A presence-sensitive input device as discussed herein, may be a device that accepts input by the proximity of a finger, a stylus, or an object near the device. A presence-sensitive input device may also be a radio receiver (for example, a Wi-Fi receiver) and processor which is able to infer proximity changes via measurements of signal strength, signal frequency shifts, signal to noise ratio, data error rates, and other changes in signal characteristics. A presence-sensitive input device may also detect changes in an electric, magnetic, or gravity field.
A presence-sensitive input device may be combined with a display to provide a presence-sensitive display. For example, a user may provide an input to a computing device by touching the surface of a presence-sensitive display using a finger. In another example embodiment, a user may provide input to a computing device by gesturing without physically touching any object. For example, a gesture may be received via a video camera or depth camera.

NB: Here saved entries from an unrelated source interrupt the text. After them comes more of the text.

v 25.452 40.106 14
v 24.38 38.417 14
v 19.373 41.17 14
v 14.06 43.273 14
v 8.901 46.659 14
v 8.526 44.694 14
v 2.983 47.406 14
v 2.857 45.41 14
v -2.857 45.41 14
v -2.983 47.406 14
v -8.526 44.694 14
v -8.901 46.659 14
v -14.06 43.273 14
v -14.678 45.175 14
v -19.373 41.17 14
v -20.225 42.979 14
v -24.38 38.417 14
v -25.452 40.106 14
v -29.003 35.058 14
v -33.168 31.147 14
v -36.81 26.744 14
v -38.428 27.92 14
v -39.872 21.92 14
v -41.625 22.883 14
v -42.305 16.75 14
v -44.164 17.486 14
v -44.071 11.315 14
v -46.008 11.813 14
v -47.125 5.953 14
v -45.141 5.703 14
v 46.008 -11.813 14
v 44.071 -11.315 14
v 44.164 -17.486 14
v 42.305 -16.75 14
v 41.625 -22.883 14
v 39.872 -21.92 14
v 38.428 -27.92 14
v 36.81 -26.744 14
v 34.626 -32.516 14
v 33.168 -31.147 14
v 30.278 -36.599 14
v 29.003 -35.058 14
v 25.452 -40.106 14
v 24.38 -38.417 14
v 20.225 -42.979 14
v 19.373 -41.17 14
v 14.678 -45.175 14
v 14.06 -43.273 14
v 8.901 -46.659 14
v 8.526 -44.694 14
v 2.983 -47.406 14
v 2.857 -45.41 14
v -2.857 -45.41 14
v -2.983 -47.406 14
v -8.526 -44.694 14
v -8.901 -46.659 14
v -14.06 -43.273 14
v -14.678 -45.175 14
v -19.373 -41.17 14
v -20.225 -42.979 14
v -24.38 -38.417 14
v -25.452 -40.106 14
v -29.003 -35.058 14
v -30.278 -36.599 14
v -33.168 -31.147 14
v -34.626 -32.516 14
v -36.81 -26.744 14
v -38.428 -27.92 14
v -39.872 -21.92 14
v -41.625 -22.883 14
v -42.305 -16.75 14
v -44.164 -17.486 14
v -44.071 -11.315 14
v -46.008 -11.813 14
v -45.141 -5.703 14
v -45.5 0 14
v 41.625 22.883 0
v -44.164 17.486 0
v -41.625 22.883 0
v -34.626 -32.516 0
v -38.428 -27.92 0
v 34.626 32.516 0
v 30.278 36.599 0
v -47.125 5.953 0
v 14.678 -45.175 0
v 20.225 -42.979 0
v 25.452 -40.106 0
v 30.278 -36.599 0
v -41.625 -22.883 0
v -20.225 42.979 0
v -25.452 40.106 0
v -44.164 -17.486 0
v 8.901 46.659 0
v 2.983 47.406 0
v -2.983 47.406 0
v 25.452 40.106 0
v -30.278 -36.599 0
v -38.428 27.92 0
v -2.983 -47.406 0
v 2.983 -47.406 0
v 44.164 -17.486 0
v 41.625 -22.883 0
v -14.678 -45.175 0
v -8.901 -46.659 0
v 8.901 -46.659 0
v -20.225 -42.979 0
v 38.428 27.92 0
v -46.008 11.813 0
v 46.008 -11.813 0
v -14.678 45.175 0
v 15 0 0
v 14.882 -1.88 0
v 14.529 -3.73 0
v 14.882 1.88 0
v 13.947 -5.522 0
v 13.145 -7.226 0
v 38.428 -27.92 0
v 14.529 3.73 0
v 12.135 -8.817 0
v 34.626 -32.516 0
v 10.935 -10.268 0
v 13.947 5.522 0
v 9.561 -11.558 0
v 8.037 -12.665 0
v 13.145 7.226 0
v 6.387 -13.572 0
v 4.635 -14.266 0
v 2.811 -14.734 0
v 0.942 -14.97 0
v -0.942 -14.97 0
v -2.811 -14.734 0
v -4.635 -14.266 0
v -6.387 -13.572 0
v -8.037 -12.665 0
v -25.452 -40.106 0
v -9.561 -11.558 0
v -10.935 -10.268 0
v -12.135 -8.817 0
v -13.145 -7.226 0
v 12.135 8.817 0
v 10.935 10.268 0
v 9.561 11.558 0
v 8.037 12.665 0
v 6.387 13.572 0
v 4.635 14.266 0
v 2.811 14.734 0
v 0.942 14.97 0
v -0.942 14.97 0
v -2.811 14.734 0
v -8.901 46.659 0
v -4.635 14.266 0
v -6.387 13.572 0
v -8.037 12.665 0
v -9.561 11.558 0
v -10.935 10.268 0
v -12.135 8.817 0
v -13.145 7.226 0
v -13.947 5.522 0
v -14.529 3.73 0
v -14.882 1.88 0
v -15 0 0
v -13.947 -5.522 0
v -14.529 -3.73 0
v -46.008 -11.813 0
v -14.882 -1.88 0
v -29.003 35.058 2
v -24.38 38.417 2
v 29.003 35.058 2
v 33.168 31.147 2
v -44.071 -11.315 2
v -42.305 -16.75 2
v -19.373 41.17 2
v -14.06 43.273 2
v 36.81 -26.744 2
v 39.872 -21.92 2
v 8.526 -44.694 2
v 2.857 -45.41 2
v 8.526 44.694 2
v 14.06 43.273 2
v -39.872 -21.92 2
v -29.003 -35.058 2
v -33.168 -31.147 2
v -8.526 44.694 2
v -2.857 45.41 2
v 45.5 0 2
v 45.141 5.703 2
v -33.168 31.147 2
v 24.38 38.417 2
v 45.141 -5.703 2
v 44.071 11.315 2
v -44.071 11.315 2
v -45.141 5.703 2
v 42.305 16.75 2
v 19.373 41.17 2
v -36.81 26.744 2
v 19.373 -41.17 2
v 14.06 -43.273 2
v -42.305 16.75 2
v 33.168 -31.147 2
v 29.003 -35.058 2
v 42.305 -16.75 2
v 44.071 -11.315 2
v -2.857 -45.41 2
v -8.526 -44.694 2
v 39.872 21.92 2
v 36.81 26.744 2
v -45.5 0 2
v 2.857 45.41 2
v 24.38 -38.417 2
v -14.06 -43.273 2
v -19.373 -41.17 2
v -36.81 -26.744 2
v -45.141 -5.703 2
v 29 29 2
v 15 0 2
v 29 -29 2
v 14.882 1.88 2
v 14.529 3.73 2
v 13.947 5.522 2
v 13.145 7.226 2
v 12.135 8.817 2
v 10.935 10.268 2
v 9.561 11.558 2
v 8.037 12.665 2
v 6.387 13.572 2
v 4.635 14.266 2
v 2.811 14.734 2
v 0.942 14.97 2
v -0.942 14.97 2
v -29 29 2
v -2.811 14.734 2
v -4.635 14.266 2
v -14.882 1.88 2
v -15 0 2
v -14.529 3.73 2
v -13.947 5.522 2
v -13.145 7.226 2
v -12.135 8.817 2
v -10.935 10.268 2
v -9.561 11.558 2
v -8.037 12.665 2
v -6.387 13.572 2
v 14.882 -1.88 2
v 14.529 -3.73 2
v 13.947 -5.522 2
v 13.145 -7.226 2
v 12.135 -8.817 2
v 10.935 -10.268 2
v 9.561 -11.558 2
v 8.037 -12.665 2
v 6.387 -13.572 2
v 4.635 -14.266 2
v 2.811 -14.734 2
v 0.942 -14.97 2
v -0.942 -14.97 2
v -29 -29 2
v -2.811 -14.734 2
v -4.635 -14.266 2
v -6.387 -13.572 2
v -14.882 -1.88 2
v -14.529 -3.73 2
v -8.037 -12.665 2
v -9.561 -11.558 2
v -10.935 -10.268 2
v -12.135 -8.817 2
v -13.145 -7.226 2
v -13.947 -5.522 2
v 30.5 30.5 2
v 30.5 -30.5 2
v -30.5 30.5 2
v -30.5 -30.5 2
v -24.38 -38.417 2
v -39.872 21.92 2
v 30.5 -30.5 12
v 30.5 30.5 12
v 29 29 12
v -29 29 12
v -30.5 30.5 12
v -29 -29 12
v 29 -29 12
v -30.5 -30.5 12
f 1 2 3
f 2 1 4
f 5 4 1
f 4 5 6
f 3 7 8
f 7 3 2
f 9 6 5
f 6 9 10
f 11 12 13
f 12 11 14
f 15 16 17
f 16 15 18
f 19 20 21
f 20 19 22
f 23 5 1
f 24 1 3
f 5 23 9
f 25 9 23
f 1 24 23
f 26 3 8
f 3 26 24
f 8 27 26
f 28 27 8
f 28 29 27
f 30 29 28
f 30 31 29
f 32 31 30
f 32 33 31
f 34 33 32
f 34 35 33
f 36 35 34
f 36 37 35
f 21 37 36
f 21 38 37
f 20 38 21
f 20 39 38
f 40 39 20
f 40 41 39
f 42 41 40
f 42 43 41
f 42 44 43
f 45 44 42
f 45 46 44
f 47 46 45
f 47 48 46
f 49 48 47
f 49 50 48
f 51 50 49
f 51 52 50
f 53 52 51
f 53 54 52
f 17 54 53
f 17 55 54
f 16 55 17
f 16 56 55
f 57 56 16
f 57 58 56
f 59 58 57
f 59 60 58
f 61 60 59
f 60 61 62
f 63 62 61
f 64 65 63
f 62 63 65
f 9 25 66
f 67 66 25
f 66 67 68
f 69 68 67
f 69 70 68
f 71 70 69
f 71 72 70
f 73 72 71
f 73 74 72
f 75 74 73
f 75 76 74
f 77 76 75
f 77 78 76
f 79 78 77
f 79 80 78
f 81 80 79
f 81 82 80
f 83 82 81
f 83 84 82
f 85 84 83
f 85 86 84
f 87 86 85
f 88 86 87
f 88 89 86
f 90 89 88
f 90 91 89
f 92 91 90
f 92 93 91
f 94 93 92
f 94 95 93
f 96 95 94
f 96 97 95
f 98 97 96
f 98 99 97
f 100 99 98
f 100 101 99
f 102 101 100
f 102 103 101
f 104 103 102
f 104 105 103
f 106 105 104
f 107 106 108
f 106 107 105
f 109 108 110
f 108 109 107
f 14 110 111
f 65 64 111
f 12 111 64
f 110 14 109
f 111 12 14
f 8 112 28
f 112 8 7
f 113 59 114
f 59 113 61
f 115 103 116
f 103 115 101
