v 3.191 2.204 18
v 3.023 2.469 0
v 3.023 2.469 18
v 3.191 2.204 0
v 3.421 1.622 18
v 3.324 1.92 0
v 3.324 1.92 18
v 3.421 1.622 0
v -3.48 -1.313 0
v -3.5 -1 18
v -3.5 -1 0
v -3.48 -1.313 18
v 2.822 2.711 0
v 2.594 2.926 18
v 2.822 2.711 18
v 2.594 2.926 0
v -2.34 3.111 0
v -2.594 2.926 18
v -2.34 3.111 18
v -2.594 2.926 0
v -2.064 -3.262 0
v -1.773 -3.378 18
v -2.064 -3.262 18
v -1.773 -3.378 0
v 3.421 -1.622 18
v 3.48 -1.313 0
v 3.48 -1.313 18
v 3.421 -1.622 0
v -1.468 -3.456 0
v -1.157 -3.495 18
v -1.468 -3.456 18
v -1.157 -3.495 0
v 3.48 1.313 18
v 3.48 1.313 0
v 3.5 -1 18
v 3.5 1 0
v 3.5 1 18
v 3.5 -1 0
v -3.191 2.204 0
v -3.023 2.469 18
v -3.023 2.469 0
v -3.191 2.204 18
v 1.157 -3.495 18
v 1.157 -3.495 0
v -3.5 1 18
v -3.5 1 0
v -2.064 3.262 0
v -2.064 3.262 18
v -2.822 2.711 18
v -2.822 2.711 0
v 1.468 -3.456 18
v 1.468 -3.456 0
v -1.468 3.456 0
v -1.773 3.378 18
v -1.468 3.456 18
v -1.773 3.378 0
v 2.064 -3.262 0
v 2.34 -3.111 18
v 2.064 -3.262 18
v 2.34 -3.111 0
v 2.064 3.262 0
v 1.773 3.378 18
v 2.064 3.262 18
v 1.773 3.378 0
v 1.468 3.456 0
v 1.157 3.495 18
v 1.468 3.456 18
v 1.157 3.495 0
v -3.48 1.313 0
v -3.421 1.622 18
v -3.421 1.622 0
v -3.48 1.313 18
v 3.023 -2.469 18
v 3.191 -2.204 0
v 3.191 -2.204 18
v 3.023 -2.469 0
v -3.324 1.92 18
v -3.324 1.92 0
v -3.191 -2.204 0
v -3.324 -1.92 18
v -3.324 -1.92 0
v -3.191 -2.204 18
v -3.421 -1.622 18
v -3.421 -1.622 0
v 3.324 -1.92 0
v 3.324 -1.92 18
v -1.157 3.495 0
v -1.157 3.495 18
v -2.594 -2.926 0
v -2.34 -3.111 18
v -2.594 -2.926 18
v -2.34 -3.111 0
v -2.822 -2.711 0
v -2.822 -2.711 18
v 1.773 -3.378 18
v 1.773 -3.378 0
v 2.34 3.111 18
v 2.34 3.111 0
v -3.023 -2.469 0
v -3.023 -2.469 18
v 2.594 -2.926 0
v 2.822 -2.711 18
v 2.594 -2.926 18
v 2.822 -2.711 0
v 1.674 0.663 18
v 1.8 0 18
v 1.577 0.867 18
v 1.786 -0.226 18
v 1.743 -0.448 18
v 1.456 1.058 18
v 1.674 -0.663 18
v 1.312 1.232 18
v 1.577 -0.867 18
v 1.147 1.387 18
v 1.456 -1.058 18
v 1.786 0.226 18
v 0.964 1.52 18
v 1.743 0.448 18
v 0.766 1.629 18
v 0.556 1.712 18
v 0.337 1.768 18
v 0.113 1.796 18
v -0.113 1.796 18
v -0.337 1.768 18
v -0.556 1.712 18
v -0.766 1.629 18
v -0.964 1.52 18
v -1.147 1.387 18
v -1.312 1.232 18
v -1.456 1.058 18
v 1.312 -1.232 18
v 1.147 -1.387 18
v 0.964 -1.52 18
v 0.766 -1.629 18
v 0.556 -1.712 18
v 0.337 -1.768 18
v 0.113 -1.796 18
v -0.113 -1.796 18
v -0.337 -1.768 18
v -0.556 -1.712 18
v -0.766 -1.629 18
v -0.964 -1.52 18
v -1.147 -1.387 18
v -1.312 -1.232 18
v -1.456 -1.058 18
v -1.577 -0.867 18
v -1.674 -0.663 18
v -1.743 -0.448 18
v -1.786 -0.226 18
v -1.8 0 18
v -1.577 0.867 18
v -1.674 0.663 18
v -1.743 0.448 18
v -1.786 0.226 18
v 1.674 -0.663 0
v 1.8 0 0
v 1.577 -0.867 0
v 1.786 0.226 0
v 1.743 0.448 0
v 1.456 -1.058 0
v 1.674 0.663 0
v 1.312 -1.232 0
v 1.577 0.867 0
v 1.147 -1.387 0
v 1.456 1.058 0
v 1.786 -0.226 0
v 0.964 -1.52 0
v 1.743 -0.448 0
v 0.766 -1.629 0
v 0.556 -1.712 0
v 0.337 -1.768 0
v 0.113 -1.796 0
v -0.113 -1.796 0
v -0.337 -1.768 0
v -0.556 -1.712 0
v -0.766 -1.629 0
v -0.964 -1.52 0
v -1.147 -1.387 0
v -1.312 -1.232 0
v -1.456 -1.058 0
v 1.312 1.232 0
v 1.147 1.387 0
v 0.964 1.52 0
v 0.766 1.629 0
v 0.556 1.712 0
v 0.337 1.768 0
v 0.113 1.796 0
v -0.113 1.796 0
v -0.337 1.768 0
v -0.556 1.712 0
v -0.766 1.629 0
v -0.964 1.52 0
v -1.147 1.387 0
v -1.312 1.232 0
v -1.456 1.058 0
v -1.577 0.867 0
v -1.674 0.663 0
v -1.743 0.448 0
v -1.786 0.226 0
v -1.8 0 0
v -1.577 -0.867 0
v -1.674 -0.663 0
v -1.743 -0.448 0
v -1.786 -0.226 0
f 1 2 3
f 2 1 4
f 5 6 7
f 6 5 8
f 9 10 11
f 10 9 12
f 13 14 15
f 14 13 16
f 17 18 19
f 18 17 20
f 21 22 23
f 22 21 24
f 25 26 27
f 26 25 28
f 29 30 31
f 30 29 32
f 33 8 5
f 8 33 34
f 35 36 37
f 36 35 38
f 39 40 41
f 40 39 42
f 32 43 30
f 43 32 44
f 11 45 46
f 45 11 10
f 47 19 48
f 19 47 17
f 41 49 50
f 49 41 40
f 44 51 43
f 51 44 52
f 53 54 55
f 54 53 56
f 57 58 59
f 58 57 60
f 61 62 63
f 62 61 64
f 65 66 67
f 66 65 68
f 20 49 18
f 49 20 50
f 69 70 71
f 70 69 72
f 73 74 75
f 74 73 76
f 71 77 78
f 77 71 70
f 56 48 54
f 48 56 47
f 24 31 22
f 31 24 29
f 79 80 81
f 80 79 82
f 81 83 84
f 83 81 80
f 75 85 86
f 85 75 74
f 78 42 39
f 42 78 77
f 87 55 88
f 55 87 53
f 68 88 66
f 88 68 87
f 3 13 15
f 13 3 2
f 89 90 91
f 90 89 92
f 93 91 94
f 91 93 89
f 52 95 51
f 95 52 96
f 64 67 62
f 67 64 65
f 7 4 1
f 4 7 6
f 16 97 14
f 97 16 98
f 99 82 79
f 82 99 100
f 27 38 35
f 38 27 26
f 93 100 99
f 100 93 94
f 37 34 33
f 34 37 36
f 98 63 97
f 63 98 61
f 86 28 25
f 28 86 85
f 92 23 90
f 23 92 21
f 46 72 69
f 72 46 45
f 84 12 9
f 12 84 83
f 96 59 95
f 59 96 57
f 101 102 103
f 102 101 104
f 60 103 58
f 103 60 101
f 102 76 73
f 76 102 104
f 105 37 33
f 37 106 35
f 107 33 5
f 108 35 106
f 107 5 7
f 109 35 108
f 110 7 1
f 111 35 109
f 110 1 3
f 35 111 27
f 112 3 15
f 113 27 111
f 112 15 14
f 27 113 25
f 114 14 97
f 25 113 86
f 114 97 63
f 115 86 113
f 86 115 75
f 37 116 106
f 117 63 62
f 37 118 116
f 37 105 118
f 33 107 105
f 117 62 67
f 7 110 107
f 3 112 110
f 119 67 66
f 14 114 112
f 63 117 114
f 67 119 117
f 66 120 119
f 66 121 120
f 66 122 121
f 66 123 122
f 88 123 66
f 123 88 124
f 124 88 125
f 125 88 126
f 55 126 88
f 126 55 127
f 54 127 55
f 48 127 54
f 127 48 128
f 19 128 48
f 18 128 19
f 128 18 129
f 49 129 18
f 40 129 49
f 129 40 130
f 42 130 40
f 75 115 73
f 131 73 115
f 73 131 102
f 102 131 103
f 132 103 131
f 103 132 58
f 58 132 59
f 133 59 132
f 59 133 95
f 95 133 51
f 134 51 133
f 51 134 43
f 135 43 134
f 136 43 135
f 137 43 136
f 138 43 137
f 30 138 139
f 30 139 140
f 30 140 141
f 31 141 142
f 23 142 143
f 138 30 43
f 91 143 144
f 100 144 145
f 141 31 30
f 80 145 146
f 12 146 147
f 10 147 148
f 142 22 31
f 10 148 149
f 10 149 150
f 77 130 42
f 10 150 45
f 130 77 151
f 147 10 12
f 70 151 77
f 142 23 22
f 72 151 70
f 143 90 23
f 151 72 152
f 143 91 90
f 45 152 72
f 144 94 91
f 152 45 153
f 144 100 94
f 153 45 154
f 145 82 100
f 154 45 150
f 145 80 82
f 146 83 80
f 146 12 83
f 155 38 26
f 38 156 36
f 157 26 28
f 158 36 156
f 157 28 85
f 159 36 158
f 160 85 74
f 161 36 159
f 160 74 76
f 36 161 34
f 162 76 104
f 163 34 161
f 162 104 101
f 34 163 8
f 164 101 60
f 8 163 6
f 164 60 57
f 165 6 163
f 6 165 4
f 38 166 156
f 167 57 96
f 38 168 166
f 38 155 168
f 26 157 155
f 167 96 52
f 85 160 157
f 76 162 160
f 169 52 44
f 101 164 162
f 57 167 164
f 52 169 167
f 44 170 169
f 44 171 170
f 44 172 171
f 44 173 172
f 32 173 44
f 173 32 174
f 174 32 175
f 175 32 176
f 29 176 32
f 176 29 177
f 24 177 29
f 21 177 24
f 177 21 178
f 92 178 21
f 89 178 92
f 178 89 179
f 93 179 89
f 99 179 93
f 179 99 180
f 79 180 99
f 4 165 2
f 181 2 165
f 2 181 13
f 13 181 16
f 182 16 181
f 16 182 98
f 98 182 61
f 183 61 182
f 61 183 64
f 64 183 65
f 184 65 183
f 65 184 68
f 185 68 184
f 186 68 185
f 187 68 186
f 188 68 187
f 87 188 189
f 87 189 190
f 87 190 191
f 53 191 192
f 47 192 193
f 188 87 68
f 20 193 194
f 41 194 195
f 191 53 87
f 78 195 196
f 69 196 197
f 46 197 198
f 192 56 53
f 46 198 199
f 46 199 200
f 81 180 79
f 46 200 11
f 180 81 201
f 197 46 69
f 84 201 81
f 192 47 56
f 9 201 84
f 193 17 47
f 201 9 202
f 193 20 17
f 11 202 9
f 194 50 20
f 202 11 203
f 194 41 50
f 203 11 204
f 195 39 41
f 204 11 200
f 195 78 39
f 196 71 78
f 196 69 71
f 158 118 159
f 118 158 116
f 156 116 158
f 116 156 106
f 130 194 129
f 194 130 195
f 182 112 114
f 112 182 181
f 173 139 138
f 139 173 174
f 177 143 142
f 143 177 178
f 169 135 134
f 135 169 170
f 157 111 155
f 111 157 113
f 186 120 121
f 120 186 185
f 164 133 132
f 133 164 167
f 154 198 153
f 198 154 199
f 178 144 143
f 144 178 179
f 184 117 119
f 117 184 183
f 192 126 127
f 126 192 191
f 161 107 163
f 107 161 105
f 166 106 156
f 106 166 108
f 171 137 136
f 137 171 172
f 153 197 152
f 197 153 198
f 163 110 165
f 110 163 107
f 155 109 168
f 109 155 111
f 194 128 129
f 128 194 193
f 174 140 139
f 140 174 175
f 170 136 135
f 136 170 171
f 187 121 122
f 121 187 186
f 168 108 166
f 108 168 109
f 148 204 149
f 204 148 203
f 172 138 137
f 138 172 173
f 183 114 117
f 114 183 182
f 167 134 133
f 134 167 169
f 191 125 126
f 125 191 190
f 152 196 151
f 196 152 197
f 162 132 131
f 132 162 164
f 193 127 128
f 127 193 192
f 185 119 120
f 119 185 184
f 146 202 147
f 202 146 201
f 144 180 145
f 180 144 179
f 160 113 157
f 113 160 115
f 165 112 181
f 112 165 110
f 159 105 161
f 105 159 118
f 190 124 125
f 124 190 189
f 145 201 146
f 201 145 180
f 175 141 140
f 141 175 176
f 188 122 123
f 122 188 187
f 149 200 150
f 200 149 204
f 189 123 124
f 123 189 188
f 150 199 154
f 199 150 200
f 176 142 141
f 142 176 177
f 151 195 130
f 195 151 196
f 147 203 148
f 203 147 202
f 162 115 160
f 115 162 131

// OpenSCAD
$fn = 50;


difference() {
	union() {
		translate(v = [0, 0, 0]) {
			rotate(a = [0, 0, 0]) {
				hull() {
					translate(v = [-1.0000000000, 1.0000000000, 0]) {
						rotate(a = [0, 0, 0]) {
							translate(v = [0, 0, 0]) {
								rotate(a = [0, 0, 0]) {
									cylinder(h = 18, r = 2.5000000000);
								}
							}
						}
					}
					translate(v = [1.0000000000, 1.0000000000, 0]) {
						rotate(a = [0, 0, 0]) {
							translate(v = [0, 0, 0]) {
								rotate(a = [0, 0, 0]) {
									cylinder(h = 18, r = 2.5000000000);
								}
							}
						}
					}
					translate(v = [-1.0000000000, -1.0000000000, 0]) {
						rotate(a = [0, 0, 0]) {
							translate(v = [0, 0, 0]) {
								rotate(a = [0, 0, 0]) {
									cylinder(h = 18, r = 2.5000000000);
								}
							}
						}
					}
					translate(v = [1.0000000000, -1.0000000000, 0]) {
						rotate(a = [0, 0, 0]) {
							translate(v = [0, 0, 0]) {
								rotate(a = [0, 0, 0]) {
									cylinder(h = 18, r = 2.5000000000);
								}
							}
						}
					}
				}
			}
		}
	}
	union() {
		translate(v = [0.0000000000, 0.0000000000, 0]) {
			rotate(a = [0, 0, 0]) {
				translate(v = [0, 0, -50]) {
					rotate(a = [0, 0, 0]) {
						cylinder(h = 100, r = 1.8000000000);
					}
				}
			}
		}
	}
}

In some instances, a presence-sensitive display may have two main attributes. First, it may enable a user to interact directly with what is displayed, rather than indirectly via a pointer controlled by a mouse or touchpad. Secondly, it may allow a user to interact without requiring any intermediate device that would need to be held in the hand. Such displays may be attached to computers, or to networks as terminals. Such displays may also play a prominent role in the design of digital appliances such as a PDA, satellite navigation devices, mobile phones, and video games. Further, such displays may include a capture device and a display.
Various aspects described herein may be implemented using standard programming or engineering techniques to produce software, firmware, hardware, or any combination thereof to control a computing device to implement the disclosed subject matter. A computer-readable medium may include, for example: a magnetic storage device such as a hard disk, a floppy disk or a magnetic strip; an optical storage device such as a compact disk (CD) or digital versatile disk (DVD); a smart card; and a flash memory device such as a card, stick or key drive, or embedded component. Additionally, it should be appreciated that a carrier wave may be employed to carry computer-readable electronic data including those used in transmitting and receiving electronic data such as electronic mail (e-mail) or in accessing a computer network such as the Internet or a local area network (LAN). Of course, a person of ordinary skill in the art will recognize many modifications may be made to this configuration without departing from the scope or spirit of the claimed subject matter.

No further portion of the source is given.